**Try it**
Starting at the line with "v -2.198 9.52 0" and going on through the line with "v -1.639 -6.711 0", reproduce each line in the records below exactly and nothing more.

**Exercise inputs**
************
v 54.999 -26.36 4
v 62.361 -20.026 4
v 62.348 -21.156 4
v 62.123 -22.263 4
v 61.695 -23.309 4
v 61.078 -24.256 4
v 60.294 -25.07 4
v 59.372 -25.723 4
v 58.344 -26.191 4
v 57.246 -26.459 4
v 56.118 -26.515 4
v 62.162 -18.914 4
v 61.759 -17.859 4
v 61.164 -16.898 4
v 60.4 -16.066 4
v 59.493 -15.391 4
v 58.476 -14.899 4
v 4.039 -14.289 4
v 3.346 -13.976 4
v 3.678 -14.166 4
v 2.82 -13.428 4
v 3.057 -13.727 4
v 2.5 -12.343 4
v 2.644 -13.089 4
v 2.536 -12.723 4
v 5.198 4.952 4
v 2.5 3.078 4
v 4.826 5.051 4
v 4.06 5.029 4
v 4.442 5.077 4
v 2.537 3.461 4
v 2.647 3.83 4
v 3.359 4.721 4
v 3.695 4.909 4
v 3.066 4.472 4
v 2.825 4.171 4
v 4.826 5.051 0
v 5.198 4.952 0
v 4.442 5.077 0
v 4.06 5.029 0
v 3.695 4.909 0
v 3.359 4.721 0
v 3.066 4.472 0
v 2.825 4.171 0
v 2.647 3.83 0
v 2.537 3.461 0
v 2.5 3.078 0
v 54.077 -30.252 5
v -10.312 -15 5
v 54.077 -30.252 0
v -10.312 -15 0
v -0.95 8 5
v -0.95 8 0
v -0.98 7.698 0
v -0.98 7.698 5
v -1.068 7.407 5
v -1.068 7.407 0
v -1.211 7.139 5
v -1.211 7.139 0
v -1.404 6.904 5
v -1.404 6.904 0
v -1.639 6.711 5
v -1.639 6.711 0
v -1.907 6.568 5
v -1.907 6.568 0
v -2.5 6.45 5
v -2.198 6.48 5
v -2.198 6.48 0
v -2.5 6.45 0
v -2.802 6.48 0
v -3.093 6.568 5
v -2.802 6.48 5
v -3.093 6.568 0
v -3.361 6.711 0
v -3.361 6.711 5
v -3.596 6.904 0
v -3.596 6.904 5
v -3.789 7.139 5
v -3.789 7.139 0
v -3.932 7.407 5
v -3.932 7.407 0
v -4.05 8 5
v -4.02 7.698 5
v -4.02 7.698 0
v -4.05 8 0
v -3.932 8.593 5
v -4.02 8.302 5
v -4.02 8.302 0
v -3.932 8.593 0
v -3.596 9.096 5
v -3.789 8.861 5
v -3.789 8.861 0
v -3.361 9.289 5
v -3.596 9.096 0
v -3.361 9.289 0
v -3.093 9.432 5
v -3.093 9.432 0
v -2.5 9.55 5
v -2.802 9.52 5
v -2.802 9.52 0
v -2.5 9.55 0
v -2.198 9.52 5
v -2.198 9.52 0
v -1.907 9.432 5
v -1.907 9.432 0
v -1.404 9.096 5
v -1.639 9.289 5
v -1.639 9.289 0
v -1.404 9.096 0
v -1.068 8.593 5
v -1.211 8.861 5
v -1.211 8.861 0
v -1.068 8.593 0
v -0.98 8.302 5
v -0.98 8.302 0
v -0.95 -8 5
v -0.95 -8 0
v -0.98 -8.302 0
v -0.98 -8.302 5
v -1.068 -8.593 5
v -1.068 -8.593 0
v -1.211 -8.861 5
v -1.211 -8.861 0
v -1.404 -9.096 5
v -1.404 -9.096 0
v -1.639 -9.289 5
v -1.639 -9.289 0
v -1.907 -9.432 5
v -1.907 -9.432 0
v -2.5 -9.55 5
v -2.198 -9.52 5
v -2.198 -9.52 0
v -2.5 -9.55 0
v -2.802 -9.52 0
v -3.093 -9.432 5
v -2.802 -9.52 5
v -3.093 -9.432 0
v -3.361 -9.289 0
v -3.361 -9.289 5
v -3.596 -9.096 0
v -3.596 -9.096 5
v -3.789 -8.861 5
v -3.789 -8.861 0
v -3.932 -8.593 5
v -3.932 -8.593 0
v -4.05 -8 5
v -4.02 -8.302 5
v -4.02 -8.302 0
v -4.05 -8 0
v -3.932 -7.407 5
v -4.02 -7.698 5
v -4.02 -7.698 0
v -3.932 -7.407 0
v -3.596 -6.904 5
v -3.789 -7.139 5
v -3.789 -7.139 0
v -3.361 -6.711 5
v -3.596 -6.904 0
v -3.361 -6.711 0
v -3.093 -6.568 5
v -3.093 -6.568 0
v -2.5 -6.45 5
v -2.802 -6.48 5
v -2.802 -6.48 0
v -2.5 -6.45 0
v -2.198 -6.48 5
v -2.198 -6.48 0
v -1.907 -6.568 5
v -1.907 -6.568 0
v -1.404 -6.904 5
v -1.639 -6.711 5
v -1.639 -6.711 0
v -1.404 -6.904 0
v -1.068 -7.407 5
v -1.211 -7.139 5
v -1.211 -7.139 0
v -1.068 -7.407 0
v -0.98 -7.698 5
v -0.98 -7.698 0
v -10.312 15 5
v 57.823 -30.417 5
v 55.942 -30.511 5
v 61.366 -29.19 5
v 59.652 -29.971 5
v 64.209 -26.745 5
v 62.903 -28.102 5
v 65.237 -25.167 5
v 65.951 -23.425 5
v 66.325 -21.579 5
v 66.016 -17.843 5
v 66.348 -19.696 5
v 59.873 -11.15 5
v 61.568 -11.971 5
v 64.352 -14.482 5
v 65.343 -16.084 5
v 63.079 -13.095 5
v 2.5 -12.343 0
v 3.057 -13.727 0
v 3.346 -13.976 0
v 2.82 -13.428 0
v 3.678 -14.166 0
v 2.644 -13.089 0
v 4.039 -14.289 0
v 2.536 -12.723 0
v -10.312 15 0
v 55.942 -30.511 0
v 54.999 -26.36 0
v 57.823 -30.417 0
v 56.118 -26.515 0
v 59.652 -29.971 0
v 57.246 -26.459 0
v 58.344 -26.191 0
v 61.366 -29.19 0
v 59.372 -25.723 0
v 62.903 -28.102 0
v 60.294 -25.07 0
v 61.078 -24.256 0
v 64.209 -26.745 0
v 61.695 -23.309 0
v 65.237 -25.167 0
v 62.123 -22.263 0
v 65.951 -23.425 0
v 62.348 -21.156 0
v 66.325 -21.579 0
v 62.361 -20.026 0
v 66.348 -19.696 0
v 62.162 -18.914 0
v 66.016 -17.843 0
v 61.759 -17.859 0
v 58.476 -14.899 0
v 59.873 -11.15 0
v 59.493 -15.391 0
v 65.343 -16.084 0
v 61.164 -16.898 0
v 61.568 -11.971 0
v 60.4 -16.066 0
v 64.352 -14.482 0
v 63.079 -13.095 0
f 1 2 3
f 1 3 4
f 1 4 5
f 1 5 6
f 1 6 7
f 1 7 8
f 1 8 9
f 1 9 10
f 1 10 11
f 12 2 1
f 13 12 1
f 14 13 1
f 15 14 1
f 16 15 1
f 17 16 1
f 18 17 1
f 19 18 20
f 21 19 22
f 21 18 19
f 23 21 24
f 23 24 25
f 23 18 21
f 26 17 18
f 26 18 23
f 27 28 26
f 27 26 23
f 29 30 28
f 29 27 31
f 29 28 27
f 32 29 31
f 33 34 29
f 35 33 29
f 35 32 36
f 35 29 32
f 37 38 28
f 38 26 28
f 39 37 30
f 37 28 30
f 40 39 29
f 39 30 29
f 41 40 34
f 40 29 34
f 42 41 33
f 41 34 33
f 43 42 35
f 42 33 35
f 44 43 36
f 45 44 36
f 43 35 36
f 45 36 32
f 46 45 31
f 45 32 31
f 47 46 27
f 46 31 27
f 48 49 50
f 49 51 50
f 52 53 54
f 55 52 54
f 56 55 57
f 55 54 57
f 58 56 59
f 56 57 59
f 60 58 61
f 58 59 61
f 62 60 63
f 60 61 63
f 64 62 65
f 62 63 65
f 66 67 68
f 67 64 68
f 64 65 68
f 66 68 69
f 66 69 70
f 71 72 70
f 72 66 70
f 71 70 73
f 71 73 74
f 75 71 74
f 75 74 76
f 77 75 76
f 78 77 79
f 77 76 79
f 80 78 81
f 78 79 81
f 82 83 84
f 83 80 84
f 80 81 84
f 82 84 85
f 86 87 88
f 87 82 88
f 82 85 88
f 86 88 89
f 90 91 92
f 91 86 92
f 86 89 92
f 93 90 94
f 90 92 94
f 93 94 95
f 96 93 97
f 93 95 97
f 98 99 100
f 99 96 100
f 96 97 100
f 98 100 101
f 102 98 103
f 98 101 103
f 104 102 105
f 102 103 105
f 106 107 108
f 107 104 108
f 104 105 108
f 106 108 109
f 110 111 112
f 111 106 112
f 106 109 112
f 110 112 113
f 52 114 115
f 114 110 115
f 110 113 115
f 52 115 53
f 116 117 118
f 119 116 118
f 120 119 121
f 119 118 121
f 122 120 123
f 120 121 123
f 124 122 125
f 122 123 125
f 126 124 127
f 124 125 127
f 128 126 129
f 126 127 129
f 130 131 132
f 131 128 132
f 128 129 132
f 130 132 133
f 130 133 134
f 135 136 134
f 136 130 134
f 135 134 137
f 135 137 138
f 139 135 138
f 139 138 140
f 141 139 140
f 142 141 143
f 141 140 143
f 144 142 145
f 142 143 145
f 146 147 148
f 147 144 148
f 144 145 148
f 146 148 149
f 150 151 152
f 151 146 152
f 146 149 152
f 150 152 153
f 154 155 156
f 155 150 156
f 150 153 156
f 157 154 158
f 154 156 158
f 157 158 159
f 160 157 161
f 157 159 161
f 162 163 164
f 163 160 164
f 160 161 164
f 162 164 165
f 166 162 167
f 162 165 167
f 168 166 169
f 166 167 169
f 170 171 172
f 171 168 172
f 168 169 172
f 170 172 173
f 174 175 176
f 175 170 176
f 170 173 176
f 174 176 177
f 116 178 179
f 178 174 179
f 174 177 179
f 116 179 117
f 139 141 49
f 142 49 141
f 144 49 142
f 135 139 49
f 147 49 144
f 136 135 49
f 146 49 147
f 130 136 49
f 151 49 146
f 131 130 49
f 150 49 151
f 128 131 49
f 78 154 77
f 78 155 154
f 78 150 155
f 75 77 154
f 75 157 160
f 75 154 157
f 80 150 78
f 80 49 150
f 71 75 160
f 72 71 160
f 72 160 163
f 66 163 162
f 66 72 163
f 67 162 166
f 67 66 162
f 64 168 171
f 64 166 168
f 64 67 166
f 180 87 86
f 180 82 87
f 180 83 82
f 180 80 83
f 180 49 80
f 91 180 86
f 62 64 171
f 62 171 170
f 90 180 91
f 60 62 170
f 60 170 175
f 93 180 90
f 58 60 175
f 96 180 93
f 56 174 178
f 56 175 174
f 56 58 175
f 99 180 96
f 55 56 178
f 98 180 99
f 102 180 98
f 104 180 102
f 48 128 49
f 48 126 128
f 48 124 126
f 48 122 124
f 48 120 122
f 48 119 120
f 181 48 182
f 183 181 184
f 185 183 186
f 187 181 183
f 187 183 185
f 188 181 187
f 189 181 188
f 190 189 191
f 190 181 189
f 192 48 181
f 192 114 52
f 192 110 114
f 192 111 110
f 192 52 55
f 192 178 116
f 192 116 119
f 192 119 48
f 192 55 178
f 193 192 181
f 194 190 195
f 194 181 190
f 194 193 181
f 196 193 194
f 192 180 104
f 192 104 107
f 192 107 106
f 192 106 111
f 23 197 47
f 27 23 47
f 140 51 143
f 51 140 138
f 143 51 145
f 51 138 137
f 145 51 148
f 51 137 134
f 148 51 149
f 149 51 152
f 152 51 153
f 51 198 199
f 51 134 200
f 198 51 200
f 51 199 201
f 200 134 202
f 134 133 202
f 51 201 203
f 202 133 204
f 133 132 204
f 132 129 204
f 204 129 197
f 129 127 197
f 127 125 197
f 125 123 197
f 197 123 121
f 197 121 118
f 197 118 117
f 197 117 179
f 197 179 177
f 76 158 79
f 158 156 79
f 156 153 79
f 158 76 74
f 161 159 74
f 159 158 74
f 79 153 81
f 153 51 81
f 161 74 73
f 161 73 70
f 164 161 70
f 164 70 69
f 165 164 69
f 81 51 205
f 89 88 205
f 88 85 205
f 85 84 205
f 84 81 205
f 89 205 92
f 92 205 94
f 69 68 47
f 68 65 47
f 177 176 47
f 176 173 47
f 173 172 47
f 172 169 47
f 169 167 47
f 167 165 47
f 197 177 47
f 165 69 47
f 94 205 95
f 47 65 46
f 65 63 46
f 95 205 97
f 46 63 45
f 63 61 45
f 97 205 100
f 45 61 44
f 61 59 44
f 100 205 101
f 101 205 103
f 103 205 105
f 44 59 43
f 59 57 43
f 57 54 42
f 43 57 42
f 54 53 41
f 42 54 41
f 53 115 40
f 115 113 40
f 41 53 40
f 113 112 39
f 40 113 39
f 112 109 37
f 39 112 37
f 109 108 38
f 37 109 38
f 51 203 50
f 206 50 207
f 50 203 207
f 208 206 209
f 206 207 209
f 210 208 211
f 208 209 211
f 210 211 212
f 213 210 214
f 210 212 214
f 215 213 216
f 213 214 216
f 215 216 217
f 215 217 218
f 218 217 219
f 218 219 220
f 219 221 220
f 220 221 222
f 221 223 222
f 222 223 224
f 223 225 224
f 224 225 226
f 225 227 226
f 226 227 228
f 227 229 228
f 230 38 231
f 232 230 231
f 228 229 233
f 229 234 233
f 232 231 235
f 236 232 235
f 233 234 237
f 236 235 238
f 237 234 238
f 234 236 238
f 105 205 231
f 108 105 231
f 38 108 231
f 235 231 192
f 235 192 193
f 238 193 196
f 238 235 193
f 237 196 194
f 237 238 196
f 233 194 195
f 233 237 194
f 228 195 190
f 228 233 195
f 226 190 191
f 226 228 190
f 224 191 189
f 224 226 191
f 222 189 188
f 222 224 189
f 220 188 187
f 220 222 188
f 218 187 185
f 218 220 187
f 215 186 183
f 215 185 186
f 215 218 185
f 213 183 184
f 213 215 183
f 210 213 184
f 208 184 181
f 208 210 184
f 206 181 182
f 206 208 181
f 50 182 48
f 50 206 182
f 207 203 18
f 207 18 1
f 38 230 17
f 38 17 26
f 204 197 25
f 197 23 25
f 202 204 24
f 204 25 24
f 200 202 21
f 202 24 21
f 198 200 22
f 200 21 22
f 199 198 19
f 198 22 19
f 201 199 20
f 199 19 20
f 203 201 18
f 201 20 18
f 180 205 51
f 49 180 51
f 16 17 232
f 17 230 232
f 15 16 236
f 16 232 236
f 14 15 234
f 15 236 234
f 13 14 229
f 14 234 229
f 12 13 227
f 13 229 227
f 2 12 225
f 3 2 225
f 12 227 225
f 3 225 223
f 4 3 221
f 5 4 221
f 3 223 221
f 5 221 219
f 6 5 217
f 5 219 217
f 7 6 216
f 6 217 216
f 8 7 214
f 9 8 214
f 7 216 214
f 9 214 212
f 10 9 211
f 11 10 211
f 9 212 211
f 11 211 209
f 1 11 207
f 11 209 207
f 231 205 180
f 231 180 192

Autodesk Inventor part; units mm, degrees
ref_plane "YZ Plane" through (0, 0, 0) normal (1, 0, 0) x (0, 1, 0)
ref_plane "XZ Plane" through (0, 0, 0) normal (0, 1, 0) x (-1, 0, 0)
ref_plane "XY Plane" through (0, 0, 0) normal (0, 0, 1) x (1, 0, 0)
sketch "スケッチ1" plane through (0, 0, 0) normal (0, 0, 1) x (1, 0, 0)
  line L0 (-10.3125, 15) -> (-10.3125, -15)
  line L1 (-10.3125, -15) -> (0, -9.5)
  line L2 (0, -9.5) -> (0, 9.5)
  line L3 (0, 9.5) -> (-10.3125, 15)
  circle A0 centre (-2.5, 8) radius 1.55
  circle A1 centre (-2.5, -8) radius 1.55
  circle A2 centre (-2.5, 8) radius 2.5 construction
  circle A3 centre (-2.5, -8) radius 2.5 construction
  line L4 (-2.5, 8) -> (-2.5, -8) construction
  line L5 (-10.3125, 15) -> (59.873, -11.1505)
  line L6 (-10.3125, -15) -> (54.0766, -30.2519)
  arc A4 (54.0766, -30.2519) -> (59.873, -11.1505) centre (56.3816, -20.5212) ccw
  line L7 (56.3816, -20.5212) -> (0, 0) construction
  point P0 (-2.5, 0)
  dimension "d5" = 19
  dimension "d8" = 30
  dimension "d10" = 5
  dimension "d20" = 16
  dimension "d33" = 3.1
  dimension "d35" = 10
  dimension "d41" = 70
  dimension "d43" = 60
extrude "押し出し1" add sketch "スケッチ1" along normal blind 5
sketch "スケッチ4" plane through (0, 0, 0) normal (0, 0, -1) x (-1, 0, 0)
  circle A0 centre (2.5, 8) radius 1.55 projected
  line L0 (-59.873, -11.1505) -> (10.3125, 15) projected
  arc A1 (-59.873, -11.1505) -> (-54.0766, -30.2519) centre (-56.3816, -20.5212) ccw projected
  line L1 (10.3125, -15) -> (-54.0766, -30.2519) projected
  line L2 (-2.5, -13.9242) -> (-54.9986, -26.3597)
  arc A2 (-58.4764, -14.8988) -> (-54.9986, -26.3597) centre (-56.3816, -20.5212) ccw
  line L3 (-58.4764, -14.8988) -> (-2.5, 5.9575)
************
**Response box**
v -2.198 9.52 0
v -1.907 9.432 5
v -1.907 9.432 0
v -1.404 9.096 5
v -1.639 9.289 5
v -1.639 9.289 0
v -1.404 9.096 0
v -1.068 8.593 5
v -1.211 8.861 5
v -1.211 8.861 0
v -1.068 8.593 0
v -0.98 8.302 5
v -0.98 8.302 0
v -0.95 -8 5
v -0.95 -8 0
v -0.98 -8.302 0
v -0.98 -8.302 5
v -1.068 -8.593 5
v -1.068 -8.593 0
v -1.211 -8.861 5
v -1.211 -8.861 0
v -1.404 -9.096 5
v -1.404 -9.096 0
v -1.639 -9.289 5
v -1.639 -9.289 0
v -1.907 -9.432 5
v -1.907 -9.432 0
v -2.5 -9.55 5
v -2.198 -9.52 5
v -2.198 -9.52 0
v -2.5 -9.55 0
v -2.802 -9.52 0
v -3.093 -9.432 5
v -2.802 -9.52 5
v -3.093 -9.432 0
v -3.361 -9.289 0
v -3.361 -9.289 5
v -3.596 -9.096 0
v -3.596 -9.096 5
v -3.789 -8.861 5
v -3.789 -8.861 0
v -3.932 -8.593 5
v -3.932 -8.593 0
v -4.05 -8 5
v -4.02 -8.302 5
v -4.02 -8.302 0
v -4.05 -8 0
v -3.932 -7.407 5
v -4.02 -7.698 5
v -4.02 -7.698 0
v -3.932 -7.407 0
v -3.596 -6.904 5
v -3.789 -7.139 5
v -3.789 -7.139 0
v -3.361 -6.711 5
v -3.596 -6.904 0
v -3.361 -6.711 0
v -3.093 -6.568 5
v -3.093 -6.568 0
v -2.5 -6.45 5
v -2.802 -6.48 5
v -2.802 -6.48 0
v -2.5 -6.45 0
v -2.198 -6.48 5
v -2.198 -6.48 0
v -1.907 -6.568 5
v -1.907 -6.568 0
v -1.404 -6.904 5
v -1.639 -6.711 5
v -1.639 -6.711 0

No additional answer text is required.